WHAT IS REQUIRED:
Return, unaltered, every line from the beginning of the material below up to and including the one with "#401=ORIENTED_EDGE('',*,*,#387,.T.);".
(EXTRACTED DATA Opens)
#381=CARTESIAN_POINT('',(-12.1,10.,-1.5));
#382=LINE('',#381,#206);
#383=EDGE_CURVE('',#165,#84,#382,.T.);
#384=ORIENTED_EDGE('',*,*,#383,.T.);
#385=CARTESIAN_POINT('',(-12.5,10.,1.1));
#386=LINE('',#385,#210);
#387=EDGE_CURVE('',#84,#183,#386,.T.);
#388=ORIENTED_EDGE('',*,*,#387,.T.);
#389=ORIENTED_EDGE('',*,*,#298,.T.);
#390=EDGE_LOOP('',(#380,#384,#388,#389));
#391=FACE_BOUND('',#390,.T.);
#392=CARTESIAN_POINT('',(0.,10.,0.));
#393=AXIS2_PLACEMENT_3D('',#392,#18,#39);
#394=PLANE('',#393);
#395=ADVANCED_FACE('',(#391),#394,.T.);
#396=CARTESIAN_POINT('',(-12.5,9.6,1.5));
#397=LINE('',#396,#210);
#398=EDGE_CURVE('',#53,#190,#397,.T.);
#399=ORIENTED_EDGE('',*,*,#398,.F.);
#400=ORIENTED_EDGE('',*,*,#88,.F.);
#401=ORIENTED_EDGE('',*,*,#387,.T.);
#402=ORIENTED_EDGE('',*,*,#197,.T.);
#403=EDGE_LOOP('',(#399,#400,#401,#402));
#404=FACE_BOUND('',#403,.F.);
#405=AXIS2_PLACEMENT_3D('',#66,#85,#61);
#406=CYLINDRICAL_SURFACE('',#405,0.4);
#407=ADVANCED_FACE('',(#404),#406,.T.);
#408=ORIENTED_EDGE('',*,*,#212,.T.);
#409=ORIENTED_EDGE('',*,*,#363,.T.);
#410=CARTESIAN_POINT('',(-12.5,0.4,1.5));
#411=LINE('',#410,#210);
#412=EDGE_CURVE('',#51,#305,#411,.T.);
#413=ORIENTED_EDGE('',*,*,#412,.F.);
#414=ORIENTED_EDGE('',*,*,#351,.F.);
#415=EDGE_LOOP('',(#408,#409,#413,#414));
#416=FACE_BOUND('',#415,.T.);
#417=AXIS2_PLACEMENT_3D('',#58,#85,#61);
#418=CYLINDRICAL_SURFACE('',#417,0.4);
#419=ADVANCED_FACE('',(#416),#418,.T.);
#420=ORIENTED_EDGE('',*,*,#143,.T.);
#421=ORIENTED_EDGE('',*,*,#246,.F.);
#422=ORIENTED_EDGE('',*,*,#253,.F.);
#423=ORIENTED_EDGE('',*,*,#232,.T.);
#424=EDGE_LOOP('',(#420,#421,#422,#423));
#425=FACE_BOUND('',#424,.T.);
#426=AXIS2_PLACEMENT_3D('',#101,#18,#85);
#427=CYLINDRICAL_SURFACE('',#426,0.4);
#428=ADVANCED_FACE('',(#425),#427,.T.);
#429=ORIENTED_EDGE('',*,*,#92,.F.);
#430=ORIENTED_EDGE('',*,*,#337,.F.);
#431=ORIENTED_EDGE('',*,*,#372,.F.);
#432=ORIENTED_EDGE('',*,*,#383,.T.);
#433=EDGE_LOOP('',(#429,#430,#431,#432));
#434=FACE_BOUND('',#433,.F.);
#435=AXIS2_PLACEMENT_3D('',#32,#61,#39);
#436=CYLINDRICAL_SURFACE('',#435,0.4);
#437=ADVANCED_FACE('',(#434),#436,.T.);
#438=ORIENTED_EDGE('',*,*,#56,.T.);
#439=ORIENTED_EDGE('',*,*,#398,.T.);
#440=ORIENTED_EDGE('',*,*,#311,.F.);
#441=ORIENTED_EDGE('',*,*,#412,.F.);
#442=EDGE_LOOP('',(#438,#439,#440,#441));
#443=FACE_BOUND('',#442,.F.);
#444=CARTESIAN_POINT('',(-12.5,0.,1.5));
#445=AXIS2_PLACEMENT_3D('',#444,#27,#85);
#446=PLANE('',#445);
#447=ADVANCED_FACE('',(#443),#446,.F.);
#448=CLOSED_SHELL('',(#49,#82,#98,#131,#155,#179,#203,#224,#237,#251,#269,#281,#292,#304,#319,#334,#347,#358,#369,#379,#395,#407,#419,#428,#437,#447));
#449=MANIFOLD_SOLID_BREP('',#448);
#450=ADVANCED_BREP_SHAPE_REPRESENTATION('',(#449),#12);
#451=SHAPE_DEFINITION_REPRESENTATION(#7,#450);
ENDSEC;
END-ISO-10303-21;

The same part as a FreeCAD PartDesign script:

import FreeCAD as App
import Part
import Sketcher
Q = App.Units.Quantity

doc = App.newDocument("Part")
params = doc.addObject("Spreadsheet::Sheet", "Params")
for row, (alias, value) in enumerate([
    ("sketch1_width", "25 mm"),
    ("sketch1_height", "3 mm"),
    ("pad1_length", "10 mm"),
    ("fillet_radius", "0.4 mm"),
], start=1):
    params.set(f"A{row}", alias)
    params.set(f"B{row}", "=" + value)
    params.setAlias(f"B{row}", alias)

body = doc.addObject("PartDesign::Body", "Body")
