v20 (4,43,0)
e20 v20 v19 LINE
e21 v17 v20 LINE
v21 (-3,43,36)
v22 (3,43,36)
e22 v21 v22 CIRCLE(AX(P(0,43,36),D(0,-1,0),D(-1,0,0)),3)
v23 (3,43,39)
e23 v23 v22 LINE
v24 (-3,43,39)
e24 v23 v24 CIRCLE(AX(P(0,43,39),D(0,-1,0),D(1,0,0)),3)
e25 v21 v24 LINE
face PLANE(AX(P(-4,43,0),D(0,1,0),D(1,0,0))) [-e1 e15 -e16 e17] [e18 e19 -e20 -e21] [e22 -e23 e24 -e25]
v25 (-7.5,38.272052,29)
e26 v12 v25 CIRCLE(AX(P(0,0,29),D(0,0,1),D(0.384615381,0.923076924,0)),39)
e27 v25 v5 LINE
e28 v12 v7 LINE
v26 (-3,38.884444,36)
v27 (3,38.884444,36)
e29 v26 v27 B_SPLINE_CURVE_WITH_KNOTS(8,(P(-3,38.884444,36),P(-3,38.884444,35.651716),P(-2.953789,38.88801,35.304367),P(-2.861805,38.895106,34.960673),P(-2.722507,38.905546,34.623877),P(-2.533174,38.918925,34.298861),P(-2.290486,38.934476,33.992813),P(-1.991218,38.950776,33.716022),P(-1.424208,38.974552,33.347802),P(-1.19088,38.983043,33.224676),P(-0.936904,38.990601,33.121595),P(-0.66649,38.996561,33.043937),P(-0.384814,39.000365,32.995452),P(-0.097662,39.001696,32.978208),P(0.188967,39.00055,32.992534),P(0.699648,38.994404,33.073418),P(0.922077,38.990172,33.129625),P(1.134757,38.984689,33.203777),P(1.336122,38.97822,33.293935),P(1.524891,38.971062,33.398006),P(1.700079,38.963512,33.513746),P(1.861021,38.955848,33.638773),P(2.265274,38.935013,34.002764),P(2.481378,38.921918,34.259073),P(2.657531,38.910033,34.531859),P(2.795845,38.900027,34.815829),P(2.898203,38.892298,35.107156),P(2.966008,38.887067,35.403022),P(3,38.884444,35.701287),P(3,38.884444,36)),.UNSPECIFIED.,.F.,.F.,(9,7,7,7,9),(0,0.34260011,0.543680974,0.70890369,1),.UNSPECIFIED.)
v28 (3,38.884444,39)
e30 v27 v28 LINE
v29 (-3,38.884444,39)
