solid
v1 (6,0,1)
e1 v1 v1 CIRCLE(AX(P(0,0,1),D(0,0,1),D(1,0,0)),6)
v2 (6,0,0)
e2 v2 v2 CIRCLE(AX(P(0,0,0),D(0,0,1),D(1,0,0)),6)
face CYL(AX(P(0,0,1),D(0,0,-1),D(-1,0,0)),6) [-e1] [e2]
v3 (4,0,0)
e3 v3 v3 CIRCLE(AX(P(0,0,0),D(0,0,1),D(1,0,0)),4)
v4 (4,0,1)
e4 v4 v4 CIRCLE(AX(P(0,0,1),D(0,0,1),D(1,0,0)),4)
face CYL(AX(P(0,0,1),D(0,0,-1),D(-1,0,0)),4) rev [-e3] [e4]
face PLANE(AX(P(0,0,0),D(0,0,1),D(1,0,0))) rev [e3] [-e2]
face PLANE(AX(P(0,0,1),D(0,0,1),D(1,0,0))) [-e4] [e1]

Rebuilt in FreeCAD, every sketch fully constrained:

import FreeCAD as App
import Part
import Sketcher
from FreeCAD import Vector
Q = App.Units.Quantity

doc = App.newDocument("Part")
params = doc.addObject("Spreadsheet::Sheet", "Params")
for row, (alias, value) in enumerate([
    ("sketch1_diameter", "12 mm"),
    ("sketch1_diameter2", "8 mm"),
    ("pad1_length", "1 mm"),
], start=1):
    params.set(f"A{row}", alias)
    params.set(f"B{row}", "=" + value)
    params.setAlias(f"B{row}", alias)

body = doc.addObject("PartDesign::Body", "Body")

# Sketch on XY plane
sketch1 = doc.addObject("Sketcher::SketchObject", "Sketch")
body.addObject(sketch1)
sketch1.AttachmentSupport = (doc.XY_Plane, [""])
sketch1.MapMode = "FlatFace"
sketch1.addGeometry([
    Part.Circle(Vector(0, 0, 0), Vector(0, 0, 1), 6),
    Part.Circle(Vector(0, 0, 0), Vector(0, 0, 1), 4),
], False)
sketch1.addConstraint([
    Sketcher.Constraint("Coincident", 0, 3, -1, 1),
    Sketcher.Constraint("Coincident", 1, 3, -1, 1),
    Sketcher.Constraint("Diameter", 0, Q("12 mm")),
    Sketcher.Constraint("Diameter", 1, Q("8 mm")),
])
sketch1.setExpression("Constraints[2]", "Params.sketch1_diameter")
sketch1.setExpression("Constraints[3]", "Params.sketch1_diameter2")
pad1 = doc.addObject("PartDesign::Pad", "Pad")
body.addObject(pad1)
pad1.Profile = sketch1
pad1.setExpression("Length", "Params.pad1_length")

doc.recompute()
(EXTRACTED DATA Closes)
ANSWER BOX:
#381=CARTESIAN_POINT('',(-12.1,10.,-1.5));
#382=LINE('',#381,#206);
#383=EDGE_CURVE('',#165,#84,#382,.T.);
#384=ORIENTED_EDGE('',*,*,#383,.T.);
#385=CARTESIAN_POINT('',(-12.5,10.,1.1));
#386=LINE('',#385,#210);
#387=EDGE_CURVE('',#84,#183,#386,.T.);
#388=ORIENTED_EDGE('',*,*,#387,.T.);
#389=ORIENTED_EDGE('',*,*,#298,.T.);
#390=EDGE_LOOP('',(#380,#384,#388,#389));
#391=FACE_BOUND('',#390,.T.);
#392=CARTESIAN_POINT('',(0.,10.,0.));
#393=AXIS2_PLACEMENT_3D('',#392,#18,#39);
#394=PLANE('',#393);
#395=ADVANCED_FACE('',(#391),#394,.T.);
#396=CARTESIAN_POINT('',(-12.5,9.6,1.5));
#397=LINE('',#396,#210);
#398=EDGE_CURVE('',#53,#190,#397,.T.);
#399=ORIENTED_EDGE('',*,*,#398,.F.);
#400=ORIENTED_EDGE('',*,*,#88,.F.);
#401=ORIENTED_EDGE('',*,*,#387,.T.);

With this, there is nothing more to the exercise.